> **Exercise materials**

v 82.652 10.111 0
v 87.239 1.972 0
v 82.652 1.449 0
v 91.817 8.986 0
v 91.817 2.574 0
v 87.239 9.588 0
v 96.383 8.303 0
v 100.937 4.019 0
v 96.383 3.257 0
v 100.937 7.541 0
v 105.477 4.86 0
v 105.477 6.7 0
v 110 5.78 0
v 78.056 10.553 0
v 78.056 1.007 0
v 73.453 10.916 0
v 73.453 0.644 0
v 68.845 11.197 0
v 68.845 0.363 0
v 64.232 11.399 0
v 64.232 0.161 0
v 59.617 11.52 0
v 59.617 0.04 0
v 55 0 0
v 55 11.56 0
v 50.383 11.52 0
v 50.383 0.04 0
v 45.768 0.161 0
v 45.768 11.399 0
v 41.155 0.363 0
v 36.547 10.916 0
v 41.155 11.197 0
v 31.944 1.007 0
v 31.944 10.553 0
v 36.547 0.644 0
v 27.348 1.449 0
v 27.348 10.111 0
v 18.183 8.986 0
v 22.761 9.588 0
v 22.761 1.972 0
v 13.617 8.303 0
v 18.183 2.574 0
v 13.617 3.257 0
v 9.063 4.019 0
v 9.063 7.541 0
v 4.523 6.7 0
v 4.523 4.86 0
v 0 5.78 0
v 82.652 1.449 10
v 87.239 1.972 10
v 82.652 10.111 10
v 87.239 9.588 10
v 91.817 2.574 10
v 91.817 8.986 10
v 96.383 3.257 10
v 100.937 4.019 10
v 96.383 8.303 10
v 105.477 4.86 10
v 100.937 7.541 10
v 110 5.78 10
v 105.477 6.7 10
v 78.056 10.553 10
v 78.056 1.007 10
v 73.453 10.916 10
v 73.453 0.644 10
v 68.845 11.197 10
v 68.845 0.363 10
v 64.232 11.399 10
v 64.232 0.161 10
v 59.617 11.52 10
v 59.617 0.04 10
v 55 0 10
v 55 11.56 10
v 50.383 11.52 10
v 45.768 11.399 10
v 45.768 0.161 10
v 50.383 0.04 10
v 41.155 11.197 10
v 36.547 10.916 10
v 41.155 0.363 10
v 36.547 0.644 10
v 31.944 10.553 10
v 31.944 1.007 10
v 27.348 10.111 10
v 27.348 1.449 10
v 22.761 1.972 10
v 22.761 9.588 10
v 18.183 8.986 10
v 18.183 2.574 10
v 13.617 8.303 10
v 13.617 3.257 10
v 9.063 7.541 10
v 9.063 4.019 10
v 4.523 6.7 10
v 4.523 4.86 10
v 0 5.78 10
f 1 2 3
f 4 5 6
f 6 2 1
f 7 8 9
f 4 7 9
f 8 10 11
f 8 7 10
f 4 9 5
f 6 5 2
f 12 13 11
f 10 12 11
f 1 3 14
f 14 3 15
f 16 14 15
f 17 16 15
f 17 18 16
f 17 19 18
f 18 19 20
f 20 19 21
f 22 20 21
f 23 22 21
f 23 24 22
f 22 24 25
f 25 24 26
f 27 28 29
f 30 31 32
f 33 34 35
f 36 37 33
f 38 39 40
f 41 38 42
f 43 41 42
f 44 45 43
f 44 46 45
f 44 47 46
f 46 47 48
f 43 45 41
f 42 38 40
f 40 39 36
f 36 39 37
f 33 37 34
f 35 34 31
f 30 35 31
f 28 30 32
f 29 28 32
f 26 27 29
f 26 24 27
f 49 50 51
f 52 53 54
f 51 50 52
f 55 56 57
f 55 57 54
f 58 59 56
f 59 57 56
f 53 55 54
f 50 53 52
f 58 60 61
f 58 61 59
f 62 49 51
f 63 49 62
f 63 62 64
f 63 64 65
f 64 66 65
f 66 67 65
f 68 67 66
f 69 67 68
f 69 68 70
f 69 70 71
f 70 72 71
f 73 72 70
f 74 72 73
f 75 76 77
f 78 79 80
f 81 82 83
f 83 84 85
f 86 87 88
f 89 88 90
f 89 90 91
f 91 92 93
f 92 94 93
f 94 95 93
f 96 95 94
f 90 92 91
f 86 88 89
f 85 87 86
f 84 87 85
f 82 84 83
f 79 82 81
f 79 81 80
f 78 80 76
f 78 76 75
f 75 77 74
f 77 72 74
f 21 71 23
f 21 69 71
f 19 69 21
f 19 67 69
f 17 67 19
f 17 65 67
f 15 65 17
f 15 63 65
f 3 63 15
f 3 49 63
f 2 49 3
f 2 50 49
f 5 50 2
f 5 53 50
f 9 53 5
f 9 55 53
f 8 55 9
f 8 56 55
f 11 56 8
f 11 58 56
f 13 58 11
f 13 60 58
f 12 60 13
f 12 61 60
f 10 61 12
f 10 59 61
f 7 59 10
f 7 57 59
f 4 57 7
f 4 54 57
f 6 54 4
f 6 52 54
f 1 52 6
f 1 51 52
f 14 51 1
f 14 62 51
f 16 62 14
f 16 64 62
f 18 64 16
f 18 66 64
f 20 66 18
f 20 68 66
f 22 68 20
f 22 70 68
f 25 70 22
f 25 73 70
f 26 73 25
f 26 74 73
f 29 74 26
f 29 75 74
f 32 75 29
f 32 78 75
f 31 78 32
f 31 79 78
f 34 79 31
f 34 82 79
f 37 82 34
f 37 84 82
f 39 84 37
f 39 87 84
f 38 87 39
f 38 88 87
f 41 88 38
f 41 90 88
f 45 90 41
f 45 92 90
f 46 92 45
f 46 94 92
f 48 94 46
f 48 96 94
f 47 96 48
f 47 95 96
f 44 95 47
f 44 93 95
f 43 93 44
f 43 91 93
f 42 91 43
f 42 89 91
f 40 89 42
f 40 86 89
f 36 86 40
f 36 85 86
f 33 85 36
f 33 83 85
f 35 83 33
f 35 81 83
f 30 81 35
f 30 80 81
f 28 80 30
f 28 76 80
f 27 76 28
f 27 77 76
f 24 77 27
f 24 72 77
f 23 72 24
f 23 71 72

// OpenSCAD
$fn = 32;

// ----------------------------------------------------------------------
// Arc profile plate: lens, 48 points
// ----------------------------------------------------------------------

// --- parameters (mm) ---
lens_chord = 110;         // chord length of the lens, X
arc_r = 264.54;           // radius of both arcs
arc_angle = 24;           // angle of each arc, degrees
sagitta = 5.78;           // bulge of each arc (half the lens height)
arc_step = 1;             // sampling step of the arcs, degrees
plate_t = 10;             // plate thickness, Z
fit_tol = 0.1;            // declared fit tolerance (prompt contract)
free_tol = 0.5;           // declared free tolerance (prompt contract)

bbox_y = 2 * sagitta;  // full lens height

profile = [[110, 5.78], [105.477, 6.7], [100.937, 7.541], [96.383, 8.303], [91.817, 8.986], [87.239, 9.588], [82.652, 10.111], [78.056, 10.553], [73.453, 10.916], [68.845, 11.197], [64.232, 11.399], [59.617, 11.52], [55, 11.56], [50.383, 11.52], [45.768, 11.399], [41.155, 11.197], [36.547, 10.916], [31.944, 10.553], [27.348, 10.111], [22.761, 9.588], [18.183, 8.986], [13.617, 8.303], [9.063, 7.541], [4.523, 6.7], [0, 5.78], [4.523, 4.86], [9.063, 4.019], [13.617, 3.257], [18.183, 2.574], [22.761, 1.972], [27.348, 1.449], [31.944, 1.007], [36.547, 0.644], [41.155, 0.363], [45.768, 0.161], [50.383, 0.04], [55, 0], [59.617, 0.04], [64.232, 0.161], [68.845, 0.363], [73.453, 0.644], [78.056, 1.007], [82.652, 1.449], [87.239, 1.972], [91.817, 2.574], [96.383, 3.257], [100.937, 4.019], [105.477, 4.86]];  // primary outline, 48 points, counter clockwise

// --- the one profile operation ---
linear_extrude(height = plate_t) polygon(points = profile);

> **What to do**
The expected answer is an exact copy of the lines above, beginning at the line with "v 78.056 10.553 0" and ending at the line with "v 4.523 6.7 0", with both ends in.

> **Worked solution**
v 78.056 10.553 0
v 78.056 1.007 0
v 73.453 10.916 0
v 73.453 0.644 0
v 68.845 11.197 0
v 68.845 0.363 0
v 64.232 11.399 0
v 64.232 0.161 0
v 59.617 11.52 0
v 59.617 0.04 0
v 55 0 0
v 55 11.56 0
v 50.383 11.52 0
v 50.383 0.04 0
v 45.768 0.161 0
v 45.768 11.399 0
v 41.155 0.363 0
v 36.547 10.916 0
v 41.155 11.197 0
v 31.944 1.007 0
v 31.944 10.553 0
v 36.547 0.644 0
v 27.348 1.449 0
v 27.348 10.111 0
v 18.183 8.986 0
v 22.761 9.588 0
v 22.761 1.972 0
v 13.617 8.303 0
v 18.183 2.574 0
v 13.617 3.257 0
v 9.063 4.019 0
v 9.063 7.541 0
v 4.523 6.7 0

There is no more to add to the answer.